### Information supplied
--- START ---

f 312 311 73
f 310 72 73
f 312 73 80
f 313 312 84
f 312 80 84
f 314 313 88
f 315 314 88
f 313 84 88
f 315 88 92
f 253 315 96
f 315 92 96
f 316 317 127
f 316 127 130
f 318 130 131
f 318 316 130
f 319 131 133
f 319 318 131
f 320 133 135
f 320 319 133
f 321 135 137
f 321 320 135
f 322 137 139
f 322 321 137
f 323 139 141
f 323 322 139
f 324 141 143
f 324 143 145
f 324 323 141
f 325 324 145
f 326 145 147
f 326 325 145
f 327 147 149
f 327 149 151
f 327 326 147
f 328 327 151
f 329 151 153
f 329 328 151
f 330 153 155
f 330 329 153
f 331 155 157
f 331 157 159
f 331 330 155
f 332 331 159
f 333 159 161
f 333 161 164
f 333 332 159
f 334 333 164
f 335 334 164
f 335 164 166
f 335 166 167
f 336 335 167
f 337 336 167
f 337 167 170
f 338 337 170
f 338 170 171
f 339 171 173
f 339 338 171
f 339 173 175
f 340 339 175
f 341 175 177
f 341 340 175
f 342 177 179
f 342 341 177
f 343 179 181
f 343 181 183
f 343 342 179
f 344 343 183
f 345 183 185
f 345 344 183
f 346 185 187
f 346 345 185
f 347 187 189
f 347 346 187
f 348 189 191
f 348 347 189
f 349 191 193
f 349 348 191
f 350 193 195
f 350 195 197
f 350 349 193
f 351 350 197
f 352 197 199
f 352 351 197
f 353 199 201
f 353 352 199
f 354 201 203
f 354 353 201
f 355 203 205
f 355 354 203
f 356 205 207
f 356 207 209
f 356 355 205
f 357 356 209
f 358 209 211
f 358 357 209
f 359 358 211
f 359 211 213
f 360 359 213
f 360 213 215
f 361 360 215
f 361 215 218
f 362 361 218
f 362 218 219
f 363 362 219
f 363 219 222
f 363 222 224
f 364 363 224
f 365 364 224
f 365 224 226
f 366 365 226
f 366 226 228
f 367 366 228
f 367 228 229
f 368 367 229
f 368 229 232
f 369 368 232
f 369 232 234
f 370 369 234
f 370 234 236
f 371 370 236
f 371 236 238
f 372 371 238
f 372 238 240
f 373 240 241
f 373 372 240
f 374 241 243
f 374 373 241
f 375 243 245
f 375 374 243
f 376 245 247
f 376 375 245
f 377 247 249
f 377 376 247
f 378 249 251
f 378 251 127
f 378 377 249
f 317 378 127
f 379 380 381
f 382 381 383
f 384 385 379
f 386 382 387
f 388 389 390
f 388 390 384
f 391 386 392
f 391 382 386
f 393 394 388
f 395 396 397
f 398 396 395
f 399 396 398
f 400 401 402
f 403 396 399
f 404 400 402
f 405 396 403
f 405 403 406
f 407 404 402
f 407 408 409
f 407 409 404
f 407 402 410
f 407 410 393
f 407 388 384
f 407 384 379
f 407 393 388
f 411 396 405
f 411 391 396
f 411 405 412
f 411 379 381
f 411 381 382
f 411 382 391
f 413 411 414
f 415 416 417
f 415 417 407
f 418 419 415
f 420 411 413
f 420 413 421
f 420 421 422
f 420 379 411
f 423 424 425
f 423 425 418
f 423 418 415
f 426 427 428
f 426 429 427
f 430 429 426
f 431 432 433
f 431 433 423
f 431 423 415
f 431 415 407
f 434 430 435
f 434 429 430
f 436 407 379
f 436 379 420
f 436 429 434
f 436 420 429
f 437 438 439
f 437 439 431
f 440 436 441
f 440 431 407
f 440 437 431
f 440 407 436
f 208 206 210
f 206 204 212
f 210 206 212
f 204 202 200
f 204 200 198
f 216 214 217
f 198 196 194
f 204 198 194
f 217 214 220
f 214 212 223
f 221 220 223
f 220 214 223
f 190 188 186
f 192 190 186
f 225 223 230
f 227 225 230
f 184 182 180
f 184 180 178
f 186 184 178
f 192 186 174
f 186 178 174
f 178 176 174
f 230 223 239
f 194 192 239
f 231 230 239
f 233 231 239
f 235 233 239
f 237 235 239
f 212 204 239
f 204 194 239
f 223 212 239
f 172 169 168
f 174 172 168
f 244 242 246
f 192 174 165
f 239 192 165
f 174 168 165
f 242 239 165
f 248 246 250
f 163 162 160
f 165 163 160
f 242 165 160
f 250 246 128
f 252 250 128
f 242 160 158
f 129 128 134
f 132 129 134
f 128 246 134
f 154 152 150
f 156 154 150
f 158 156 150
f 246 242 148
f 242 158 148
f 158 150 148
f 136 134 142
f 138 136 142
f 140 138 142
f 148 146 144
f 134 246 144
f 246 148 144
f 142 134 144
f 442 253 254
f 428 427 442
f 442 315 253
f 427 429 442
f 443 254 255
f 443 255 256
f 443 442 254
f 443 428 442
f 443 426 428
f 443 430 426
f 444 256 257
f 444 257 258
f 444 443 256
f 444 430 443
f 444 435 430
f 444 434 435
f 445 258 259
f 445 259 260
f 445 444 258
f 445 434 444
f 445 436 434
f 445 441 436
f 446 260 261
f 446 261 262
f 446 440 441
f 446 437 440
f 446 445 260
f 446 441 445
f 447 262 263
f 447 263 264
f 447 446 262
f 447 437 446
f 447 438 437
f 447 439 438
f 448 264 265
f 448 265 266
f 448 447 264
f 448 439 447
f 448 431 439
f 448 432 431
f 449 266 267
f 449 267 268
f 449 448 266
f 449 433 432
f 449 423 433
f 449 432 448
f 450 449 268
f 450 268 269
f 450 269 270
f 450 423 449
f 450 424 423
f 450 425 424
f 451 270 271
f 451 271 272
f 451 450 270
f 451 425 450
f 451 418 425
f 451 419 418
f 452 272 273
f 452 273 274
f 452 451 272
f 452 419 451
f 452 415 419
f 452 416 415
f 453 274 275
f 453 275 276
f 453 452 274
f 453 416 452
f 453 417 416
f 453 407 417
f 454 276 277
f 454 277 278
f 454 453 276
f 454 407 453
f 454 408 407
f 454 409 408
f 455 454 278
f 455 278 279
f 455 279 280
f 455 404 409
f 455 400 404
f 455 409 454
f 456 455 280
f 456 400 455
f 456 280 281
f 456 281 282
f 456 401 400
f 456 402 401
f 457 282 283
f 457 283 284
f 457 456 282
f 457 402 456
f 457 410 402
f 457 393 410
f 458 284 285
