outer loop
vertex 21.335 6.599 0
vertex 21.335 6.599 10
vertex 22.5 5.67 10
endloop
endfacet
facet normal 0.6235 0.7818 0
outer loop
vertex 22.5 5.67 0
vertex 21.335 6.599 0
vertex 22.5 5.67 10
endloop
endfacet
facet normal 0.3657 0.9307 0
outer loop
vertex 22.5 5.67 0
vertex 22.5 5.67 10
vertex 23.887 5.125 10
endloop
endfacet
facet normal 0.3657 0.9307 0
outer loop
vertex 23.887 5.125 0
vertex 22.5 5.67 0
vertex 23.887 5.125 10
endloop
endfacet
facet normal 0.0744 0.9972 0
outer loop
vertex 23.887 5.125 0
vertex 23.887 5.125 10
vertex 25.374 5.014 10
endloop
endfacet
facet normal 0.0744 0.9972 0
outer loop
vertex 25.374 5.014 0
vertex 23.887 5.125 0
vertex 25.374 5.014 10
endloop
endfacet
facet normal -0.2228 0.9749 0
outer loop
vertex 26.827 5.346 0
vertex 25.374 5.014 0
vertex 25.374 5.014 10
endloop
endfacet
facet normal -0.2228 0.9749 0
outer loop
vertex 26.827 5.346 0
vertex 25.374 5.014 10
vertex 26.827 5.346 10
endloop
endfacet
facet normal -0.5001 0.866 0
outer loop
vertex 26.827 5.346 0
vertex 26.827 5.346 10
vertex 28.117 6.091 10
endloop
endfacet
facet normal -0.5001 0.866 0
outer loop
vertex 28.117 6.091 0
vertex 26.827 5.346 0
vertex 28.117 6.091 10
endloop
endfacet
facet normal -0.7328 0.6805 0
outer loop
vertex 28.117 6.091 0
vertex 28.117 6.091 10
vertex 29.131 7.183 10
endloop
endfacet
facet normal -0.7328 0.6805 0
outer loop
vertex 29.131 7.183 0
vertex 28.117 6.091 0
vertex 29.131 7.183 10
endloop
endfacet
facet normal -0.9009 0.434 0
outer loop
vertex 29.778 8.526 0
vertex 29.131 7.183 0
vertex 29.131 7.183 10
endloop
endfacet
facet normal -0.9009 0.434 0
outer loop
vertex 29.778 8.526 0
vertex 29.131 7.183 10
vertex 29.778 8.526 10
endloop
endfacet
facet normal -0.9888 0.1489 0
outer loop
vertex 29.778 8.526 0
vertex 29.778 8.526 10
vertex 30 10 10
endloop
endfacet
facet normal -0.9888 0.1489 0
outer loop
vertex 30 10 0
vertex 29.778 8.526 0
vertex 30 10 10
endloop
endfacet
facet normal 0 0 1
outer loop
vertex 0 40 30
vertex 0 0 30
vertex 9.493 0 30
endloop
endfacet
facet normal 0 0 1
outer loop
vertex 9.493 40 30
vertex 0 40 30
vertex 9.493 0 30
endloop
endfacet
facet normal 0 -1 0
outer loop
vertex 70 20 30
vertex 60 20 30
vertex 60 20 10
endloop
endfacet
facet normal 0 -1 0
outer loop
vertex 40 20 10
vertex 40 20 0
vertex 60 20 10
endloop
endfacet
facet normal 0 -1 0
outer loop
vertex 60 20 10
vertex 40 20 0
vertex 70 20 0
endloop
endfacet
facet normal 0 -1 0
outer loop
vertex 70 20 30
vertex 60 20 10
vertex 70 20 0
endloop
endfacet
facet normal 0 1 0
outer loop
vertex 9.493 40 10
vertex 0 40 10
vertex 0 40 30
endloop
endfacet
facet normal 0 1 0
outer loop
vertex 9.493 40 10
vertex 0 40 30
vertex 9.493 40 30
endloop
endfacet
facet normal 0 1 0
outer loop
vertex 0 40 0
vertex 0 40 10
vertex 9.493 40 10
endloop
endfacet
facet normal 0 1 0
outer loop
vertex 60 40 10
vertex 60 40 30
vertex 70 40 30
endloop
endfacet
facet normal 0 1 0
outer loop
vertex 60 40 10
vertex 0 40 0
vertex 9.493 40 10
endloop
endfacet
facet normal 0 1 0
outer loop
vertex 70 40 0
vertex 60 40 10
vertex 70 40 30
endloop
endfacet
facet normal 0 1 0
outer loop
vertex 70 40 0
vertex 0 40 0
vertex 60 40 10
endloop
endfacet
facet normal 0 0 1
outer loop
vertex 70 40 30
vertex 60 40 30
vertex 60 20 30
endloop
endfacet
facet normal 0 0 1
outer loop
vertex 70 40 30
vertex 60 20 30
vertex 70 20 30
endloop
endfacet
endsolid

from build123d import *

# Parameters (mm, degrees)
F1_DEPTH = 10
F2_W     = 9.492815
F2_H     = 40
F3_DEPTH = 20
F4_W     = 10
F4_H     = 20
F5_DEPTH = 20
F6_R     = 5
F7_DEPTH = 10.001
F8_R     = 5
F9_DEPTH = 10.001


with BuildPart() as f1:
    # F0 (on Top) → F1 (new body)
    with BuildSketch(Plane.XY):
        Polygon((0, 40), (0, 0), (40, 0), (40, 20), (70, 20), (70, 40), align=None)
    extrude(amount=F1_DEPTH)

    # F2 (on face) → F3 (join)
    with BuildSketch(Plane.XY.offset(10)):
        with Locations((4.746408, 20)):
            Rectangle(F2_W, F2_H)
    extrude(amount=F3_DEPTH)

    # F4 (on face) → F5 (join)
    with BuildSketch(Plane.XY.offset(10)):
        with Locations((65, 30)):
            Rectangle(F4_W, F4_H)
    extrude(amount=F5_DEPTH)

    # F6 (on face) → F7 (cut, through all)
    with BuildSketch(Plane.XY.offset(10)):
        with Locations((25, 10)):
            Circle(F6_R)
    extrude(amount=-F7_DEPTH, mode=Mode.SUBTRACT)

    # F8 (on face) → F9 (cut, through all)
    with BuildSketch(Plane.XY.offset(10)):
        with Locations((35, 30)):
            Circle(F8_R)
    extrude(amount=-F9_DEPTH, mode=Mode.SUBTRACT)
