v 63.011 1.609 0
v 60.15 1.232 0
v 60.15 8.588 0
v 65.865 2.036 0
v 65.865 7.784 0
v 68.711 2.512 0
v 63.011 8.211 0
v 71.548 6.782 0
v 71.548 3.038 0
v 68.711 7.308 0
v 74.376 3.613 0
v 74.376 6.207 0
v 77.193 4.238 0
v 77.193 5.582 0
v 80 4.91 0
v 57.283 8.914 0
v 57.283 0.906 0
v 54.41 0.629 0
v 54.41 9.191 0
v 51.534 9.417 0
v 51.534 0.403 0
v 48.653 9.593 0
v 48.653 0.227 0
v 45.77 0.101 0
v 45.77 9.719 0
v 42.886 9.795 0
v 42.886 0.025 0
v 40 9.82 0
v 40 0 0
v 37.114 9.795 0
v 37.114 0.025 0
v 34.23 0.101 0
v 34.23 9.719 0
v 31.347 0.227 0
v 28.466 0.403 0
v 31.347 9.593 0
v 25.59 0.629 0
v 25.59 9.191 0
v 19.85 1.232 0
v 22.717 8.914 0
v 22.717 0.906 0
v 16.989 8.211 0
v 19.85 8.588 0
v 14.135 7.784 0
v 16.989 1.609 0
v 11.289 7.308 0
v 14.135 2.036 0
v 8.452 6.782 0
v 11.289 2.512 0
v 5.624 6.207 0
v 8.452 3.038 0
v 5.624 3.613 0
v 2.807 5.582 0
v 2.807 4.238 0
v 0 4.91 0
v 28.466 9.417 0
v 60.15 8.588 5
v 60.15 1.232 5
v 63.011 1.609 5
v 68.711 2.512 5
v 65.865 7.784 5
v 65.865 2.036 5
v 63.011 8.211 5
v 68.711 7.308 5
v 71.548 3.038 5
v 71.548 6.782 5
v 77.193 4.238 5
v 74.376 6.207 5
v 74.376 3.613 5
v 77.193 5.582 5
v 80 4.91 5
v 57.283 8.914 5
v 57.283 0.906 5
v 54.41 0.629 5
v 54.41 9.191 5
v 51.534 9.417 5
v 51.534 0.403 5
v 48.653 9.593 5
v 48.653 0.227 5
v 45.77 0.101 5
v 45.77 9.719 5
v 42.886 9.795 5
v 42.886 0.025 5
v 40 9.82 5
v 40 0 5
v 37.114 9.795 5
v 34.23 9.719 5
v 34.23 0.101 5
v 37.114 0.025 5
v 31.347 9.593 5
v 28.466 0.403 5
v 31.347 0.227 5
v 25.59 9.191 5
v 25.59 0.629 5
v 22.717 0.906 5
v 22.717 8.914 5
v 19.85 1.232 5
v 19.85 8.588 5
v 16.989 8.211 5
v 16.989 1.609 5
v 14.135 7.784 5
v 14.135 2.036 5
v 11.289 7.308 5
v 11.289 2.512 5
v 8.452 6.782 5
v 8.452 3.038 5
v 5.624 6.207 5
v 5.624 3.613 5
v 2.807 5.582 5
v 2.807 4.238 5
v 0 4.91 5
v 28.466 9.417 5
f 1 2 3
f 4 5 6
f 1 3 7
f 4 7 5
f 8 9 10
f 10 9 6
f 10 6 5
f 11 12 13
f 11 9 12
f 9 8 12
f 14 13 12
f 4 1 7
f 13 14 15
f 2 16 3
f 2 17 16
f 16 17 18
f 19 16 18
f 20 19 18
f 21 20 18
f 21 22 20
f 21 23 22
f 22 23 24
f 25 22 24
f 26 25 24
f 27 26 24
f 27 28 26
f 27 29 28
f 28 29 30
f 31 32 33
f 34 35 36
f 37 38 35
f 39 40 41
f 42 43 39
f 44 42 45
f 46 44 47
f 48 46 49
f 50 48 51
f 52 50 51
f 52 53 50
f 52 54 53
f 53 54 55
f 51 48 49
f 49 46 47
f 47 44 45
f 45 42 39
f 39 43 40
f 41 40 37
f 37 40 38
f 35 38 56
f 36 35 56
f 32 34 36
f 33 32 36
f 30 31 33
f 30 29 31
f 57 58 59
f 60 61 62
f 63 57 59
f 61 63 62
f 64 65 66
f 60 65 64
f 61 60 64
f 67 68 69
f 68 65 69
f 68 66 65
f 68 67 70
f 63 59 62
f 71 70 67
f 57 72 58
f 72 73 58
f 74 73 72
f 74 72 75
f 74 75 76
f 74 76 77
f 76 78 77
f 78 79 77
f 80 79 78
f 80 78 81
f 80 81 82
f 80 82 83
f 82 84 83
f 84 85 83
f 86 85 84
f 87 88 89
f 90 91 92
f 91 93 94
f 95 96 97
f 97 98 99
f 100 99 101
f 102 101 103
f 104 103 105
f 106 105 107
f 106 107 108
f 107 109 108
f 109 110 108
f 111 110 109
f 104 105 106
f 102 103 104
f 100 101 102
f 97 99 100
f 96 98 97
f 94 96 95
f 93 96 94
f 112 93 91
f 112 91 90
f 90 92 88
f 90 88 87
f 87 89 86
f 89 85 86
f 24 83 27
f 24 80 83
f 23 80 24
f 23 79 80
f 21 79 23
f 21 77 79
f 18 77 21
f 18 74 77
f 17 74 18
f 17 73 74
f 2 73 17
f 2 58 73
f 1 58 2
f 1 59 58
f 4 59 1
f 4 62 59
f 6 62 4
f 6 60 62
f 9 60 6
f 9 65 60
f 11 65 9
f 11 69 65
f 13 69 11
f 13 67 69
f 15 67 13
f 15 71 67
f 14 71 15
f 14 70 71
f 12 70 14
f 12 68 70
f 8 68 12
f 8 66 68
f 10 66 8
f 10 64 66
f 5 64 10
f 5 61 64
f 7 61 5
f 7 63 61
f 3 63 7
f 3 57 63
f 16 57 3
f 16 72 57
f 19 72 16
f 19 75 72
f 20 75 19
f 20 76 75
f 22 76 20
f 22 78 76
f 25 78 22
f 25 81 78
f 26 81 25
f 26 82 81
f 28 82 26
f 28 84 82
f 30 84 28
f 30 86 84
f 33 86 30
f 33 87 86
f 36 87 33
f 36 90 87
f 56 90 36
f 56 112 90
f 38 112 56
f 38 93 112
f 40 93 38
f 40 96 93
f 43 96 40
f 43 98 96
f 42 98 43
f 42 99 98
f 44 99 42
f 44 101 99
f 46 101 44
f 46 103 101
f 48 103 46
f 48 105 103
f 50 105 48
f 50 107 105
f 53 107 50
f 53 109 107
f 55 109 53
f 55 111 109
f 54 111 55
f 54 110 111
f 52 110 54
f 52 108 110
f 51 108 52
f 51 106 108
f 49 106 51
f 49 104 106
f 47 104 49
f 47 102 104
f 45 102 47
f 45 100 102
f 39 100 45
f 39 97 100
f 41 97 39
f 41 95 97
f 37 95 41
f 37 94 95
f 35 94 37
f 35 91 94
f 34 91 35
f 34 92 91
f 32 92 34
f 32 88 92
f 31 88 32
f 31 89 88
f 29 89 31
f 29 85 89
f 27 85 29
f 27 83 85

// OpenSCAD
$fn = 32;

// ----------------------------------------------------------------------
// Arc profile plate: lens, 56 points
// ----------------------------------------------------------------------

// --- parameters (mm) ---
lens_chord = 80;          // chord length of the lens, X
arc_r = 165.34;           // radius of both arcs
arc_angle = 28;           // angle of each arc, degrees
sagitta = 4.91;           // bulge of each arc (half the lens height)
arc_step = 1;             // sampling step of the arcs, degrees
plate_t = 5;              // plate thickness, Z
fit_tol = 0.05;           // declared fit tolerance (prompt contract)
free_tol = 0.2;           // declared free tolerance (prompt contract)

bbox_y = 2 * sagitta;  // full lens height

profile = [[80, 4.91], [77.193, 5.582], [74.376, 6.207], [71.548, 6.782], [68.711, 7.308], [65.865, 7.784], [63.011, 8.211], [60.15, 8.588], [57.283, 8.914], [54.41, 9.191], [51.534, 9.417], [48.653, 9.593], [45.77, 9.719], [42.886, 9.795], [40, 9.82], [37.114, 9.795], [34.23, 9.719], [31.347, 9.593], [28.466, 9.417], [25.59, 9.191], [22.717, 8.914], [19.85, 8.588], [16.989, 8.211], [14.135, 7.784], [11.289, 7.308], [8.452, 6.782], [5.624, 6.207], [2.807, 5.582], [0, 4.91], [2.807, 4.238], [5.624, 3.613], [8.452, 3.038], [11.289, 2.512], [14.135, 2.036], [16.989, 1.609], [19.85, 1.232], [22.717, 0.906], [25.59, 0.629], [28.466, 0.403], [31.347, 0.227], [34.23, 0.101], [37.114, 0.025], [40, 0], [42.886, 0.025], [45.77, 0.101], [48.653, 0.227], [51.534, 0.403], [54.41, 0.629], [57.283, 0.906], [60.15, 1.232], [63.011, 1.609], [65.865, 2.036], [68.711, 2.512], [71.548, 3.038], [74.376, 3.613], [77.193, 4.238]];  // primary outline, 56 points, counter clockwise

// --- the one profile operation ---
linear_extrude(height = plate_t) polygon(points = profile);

--- END ---

### Exercise goal
Retype exactly the span of lines from the one with "f 434 429 430" through the one with "f 212 204 239"; include both ends and omit the rest of the material.

### Exercise result
f 434 429 430
f 436 407 379
f 436 379 420
f 436 429 434
f 436 420 429
f 437 438 439
f 437 439 431
f 440 436 441
f 440 431 407
f 440 437 431
f 440 407 436
f 208 206 210
f 206 204 212
f 210 206 212
f 204 202 200
f 204 200 198
f 216 214 217
f 198 196 194
f 204 198 194
f 217 214 220
f 214 212 223
f 221 220 223
f 220 214 223
f 190 188 186
f 192 190 186
f 225 223 230
f 227 225 230
f 184 182 180
f 184 180 178
f 186 184 178
f 192 186 174
f 186 178 174
f 178 176 174
f 230 223 239
f 194 192 239
f 231 230 239
f 233 231 239
f 235 233 239
f 237 235 239
f 212 204 239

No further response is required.